Use the information you gathered in Part 1 to determine if the alert should be classified as a true positive, false positive, or in need of further information about the environment.
1. Sid 1-54630
True Positive in this environment, BIND is running on a Linux server
2. CVE-2021-3438
False Positive – This alert applies to HP and Samsung printers and is a driver issue for Windows. This environment is using Linux workstations.
3. CVE-2020-5723
False Positive – The IP phone system in use is a Cisco system.
4. Sid 1-46597
False Positive – This alert affects Windows 10, and Windows 2016 Servers.

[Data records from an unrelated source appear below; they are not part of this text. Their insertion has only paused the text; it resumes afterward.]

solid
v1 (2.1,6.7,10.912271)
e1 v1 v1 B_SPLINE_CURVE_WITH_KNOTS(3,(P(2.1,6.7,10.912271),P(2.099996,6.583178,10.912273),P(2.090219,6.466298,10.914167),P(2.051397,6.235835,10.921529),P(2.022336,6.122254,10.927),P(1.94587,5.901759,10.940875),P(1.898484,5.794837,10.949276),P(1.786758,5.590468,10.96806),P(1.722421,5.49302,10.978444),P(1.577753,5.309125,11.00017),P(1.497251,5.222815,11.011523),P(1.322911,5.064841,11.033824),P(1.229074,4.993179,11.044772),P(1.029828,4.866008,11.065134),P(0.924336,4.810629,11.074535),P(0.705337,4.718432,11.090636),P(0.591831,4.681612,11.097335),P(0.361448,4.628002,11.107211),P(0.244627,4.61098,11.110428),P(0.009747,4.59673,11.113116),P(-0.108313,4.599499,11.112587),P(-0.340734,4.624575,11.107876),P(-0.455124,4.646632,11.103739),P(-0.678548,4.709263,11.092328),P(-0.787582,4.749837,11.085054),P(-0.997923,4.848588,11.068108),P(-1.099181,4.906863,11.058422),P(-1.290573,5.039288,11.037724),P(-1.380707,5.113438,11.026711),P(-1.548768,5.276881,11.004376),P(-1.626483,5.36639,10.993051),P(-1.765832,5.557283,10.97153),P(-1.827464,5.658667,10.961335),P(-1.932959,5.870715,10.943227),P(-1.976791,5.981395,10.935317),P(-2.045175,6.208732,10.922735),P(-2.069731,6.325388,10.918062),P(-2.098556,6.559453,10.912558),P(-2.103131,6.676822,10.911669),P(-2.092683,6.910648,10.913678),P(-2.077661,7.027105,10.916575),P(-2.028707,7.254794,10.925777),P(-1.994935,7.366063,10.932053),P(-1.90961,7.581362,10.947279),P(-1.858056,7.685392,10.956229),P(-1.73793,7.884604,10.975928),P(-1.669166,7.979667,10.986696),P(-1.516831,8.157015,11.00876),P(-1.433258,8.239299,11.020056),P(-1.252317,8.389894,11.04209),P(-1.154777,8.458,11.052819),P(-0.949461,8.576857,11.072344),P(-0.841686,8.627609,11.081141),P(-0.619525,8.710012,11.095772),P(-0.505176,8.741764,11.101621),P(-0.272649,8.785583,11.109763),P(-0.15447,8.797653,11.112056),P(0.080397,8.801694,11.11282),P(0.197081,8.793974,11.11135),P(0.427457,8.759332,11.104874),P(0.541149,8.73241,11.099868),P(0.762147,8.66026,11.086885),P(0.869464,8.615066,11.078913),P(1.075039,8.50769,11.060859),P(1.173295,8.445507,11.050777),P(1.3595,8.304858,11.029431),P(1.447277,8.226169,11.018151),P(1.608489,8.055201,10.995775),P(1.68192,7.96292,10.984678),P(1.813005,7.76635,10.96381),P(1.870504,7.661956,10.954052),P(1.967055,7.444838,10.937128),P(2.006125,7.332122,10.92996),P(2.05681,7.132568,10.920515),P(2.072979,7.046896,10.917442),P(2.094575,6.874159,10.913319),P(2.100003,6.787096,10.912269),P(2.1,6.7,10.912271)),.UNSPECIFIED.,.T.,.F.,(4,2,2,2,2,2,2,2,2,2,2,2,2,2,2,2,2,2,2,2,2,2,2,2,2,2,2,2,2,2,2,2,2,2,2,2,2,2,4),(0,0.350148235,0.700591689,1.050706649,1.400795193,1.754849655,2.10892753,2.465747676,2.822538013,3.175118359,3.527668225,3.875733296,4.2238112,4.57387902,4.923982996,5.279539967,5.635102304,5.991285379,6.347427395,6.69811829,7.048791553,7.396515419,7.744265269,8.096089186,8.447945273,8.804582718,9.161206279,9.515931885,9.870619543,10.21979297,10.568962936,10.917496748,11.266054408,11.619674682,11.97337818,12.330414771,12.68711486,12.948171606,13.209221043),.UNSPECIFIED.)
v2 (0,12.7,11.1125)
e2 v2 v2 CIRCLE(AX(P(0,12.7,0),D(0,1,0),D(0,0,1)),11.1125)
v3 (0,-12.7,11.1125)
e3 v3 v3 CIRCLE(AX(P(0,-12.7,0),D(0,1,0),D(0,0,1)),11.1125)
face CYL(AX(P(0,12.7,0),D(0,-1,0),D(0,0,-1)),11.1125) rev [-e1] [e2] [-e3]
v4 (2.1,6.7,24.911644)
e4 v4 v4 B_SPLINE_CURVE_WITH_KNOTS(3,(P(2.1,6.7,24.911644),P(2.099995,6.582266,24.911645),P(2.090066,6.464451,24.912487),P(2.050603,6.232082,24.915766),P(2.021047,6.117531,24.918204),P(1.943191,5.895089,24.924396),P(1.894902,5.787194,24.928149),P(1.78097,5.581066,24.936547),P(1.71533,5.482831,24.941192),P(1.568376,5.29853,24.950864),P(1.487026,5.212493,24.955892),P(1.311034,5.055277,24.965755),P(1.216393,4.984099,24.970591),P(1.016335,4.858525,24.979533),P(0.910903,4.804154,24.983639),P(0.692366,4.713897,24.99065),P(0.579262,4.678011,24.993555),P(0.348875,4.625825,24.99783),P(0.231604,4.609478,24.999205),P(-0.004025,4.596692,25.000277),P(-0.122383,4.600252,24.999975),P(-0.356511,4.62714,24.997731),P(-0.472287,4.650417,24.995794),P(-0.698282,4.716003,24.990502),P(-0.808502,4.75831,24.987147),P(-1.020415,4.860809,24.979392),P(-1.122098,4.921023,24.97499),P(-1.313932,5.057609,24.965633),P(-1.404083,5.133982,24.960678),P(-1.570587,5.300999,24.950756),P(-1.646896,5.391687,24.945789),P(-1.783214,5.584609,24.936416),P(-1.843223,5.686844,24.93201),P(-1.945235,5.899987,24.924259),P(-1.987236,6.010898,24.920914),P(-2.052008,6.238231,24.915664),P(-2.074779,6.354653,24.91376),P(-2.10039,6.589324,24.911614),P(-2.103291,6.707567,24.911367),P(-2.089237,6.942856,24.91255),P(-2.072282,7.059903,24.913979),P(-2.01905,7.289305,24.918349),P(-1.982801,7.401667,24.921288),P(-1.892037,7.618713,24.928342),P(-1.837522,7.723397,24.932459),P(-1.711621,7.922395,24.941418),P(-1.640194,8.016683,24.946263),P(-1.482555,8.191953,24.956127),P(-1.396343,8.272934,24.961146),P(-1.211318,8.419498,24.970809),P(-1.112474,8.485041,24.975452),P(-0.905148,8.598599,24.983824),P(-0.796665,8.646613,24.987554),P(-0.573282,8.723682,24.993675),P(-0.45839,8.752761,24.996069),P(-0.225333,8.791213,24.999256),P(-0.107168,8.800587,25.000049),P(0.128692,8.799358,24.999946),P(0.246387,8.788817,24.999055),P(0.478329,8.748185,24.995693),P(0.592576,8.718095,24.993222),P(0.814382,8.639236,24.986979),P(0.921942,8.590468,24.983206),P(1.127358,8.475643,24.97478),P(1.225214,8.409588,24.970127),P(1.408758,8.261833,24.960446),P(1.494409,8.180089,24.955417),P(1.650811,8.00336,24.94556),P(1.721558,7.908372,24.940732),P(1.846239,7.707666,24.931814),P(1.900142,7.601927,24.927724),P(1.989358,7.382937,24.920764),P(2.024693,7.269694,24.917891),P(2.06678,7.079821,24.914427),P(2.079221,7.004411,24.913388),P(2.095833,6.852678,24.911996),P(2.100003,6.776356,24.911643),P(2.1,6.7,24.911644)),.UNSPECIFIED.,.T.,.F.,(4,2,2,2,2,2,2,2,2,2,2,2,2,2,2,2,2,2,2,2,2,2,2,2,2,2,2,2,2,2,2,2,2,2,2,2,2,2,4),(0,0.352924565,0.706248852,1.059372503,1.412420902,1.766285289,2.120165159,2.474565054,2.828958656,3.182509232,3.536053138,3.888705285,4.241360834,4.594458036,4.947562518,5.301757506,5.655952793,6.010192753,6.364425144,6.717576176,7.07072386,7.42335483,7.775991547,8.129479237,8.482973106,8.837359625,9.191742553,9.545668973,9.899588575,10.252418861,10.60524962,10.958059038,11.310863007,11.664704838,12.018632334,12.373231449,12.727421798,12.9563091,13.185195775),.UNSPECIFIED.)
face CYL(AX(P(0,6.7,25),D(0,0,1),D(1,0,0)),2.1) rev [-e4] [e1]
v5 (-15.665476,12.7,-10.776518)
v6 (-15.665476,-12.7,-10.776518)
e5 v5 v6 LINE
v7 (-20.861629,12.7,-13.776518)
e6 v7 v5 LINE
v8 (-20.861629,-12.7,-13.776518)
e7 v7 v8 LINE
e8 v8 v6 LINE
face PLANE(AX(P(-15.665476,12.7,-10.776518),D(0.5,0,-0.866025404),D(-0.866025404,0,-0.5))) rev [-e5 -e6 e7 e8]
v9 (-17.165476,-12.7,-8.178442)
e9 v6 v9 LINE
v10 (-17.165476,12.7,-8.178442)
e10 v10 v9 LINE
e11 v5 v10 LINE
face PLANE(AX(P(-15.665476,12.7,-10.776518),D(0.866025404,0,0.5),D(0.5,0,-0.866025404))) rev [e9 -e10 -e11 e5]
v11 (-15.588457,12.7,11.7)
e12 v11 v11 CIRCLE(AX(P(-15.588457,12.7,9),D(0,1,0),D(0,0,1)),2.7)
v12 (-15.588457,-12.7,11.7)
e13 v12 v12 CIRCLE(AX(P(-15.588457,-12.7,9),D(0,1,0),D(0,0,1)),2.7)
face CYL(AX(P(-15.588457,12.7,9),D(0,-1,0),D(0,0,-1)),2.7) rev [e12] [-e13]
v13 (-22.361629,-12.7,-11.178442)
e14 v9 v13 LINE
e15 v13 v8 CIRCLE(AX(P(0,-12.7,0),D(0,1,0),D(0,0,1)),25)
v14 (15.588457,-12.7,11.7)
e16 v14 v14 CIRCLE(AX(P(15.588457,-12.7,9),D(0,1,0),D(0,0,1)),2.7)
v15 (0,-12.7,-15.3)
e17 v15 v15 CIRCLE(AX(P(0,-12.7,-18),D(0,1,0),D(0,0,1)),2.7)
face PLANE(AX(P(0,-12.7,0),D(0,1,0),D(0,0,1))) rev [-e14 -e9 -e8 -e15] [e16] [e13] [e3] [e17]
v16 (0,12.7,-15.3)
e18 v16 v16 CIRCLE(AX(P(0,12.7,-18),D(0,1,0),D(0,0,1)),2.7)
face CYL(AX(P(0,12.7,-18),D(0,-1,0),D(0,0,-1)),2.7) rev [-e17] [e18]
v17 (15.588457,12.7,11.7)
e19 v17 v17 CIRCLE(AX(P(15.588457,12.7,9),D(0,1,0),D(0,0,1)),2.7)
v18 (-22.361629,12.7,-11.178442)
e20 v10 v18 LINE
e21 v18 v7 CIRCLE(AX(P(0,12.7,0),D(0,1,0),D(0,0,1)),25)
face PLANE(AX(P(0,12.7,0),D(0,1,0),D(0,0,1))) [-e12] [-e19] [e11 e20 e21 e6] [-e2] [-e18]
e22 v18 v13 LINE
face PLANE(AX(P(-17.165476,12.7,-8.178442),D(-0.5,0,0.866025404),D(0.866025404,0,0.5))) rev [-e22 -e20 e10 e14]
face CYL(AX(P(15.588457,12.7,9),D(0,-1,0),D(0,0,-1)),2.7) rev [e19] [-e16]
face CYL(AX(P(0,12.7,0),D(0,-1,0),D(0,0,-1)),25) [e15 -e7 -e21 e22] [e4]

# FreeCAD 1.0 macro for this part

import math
import FreeCAD as App
import Part
import Sketcher
Q = App.Units.Quantity

doc = App.newDocument("Part")
params = doc.addObject("Spreadsheet::Sheet", "Params")
for row, (alias, value) in enumerate([
    ("sketch1_radius", "25 mm"),
    ("sketch1_diameter", "5.4 mm"),
    ("sketch1_length", "6 mm"),
    ("sketch1_length2", "3 mm"),
    ("pad1_length", "25.4 mm"),
    ("sketch2_diameter", "4.2 mm"),
], start=1):
    params.set(f"A{row}", alias)
    params.set(f"B{row}", "=" + value)
    params.setAlias(f"B{row}", alias)

body = doc.addObject("PartDesign::Body", "Body")

sketch1 = body.newObject("Sketcher::SketchObject", "Sketch")
sketch1.AttachmentSupport = (doc.getObject("XZ_Plane"), [""])
sketch1.MapMode = "FlatFace"
sketch1.addGeometry(Part.LineSegment(App.Vector(-20.861629, -13.776518, 0), App.Vector(-15.665476, -10.776518, 0)), False)
sketch1.addGeometry(Part.LineSegment(App.Vector(-15.665476, -10.776518, 0), App.Vector(-17.165476, -8.178442, 0)), False)
sketch1.addGeometry(Part.LineSegment(App.Vector(-17.165476, -8.178442, 0), App.Vector(-22.361629, -11.178442, 0)), False)
sketch1.addGeometry(Part.ArcOfCircle(Part.Circle(App.Vector(0, 0, 0), App.Vector(0, 0, 1), 25), math.radians(-146.560187), math.radians(206.560187)), False)
sketch1.addGeometry(Part.Circle(App.Vector(15.588457, 9, 0), App.Vector(0, 0, 1), 2.7), False)
sketch1.addGeometry(Part.Circle(App.Vector(-15.588457, 9, 0), App.Vector(0, 0, 1), 2.7), False)
sketch1.addGeometry(Part.Circle(App.Vector(0, 0, 0), App.Vector(0, 0, 1), 11.1125), False)
sketch1.addGeometry(Part.Circle(App.Vector(0, -18, 0), App.Vector(0, 0, 1), 2.7), False)
sketch1.addConstraint(Sketcher.Constraint("Coincident", 0, 2, 1, 1))
sketch1.addConstraint(Sketcher.Constraint("Coincident", 1, 2, 2, 1))
sketch1.addConstraint(Sketcher.Constraint("Coincident", 2, 2, 3, 2))
sketch1.addConstraint(Sketcher.Constraint("Coincident", 3, 1, 0, 1))
sketch1.addConstraint(Sketcher.Constraint("Coincident", 3, 3, -1, 1))
sketch1.addConstraint(Sketcher.Constraint("Coincident", 6, 3, -1, 1))
sketch1.addConstraint(Sketcher.Constraint("Equal", 4, 5))
sketch1.addConstraint(Sketcher.Constraint("Equal", 5, 7))
sketch1.addConstraint(Sketcher.Constraint("Symmetric", 4, 3, 5, 3, -2))
sketch1.addConstraint(Sketcher.Constraint("PointOnObject", 7, 3, -2))
sketch1.addConstraint(Sketcher.Constraint("Perpendicular", 0, 1))
sketch1.addConstraint(Sketcher.Constraint("Perpendicular", 1, 2))
sketch1.addConstraint(Sketcher.Constraint("Equal", 0, 2))
sketch1.addConstraint(Sketcher.Constraint("Radius", 3, Q("25 mm")))
sketch1.addConstraint(Sketcher.Constraint("Diameter", 4, Q("5.4 mm")))
sketch1.addConstraint(Sketcher.Constraint("Angle", 0, Q("30 deg")))
sketch1.addConstraint(Sketcher.Constraint("Distance", 0, Q("6 mm")))
sketch1.addConstraint(Sketcher.Constraint("Distance", 1, Q("3 mm")))
sketch1.addConstraint(Sketcher.Constraint("Diameter", 6, Q("22.225 mm")))
sketch1.addConstraint(Sketcher.Constraint("DistanceY", -1, 1, 4, 3, Q("9 mm")))
sketch1.addConstraint(Sketcher.Constraint("DistanceY", 7, 3, -1, 1, Q("18 mm")))
sketch1.addConstraint(Sketcher.Constraint("DistanceX", 0, 2, 5, 3, Q("0.077019 mm")))
sketch1.setExpression("Constraints[13]", "Params.sketch1_radius")
sketch1.setExpression("Constraints[14]", "Params.sketch1_diameter")
sketch1.setExpression("Constraints[16]", "Params.sketch1_length")
sketch1.setExpression("Constraints[17]", "Params.sketch1_length2")
pad1 = body.newObject("PartDesign::Pad", "Pad")
pad1.Profile = sketch1
pad1.setExpression("Length", "Params.pad1_length")
pad1.Midplane = True

sketch2 = body.newObject("Sketcher::SketchObject", "Sketch001")
sketch2.AttachmentSupport = (doc.getObject("XY_Plane"), [""])
sketch2.MapMode = "FlatFace"
sketch2.AttachmentOffset = App.Placement(App.Vector(0, 0, 25), App.Rotation())
sketch2.addGeometry(Part.Circle(App.Vector(0, 6.7, 0), App.Vector(0, 0, 1), 2.1), False)
sketch2.addConstraint(Sketcher.Constraint("PointOnObject", 0, 3, -2))
sketch2.addConstraint(Sketcher.Constraint("Diameter", 0, Q("4.2 mm")))
sketch2.addConstraint(Sketcher.Constraint("DistanceY", -1, 1, 0, 3, Q("6.7 mm")))
sketch2.setExpression("Constraints[1]", "Params.sketch2_diameter")
pocket1 = body.newObject("PartDesign::Pocket", "Pocket")
pocket1.Profile = sketch2
pocket1.Type = "UpToFirst"

doc.recompute()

This environment is using Linux workstations.
5. CVE-2020-28374
True Positive – Alert pertains to a kernel vulnerability in Linux systems.
6. Sid 1-31814
False Positive – Malware applicable to Windows based systems. This environment is using Linux workstations.
7. Sid 1-50089
False Positive – Remote execution possibility for Windows systems. This environment is using Linux workstations.
8. Sid 1-50190
True Positive – The alert is applicable to several Linux distributions.
9. Sid 1-49188
True Positive – Linux Trojan primarily using a perl executable.
10. Sid1-46991
Likely False Positive, needs further investigation – Affects MacOS and other Apple OSs. It’s possible a user brought their own device and connected to the network.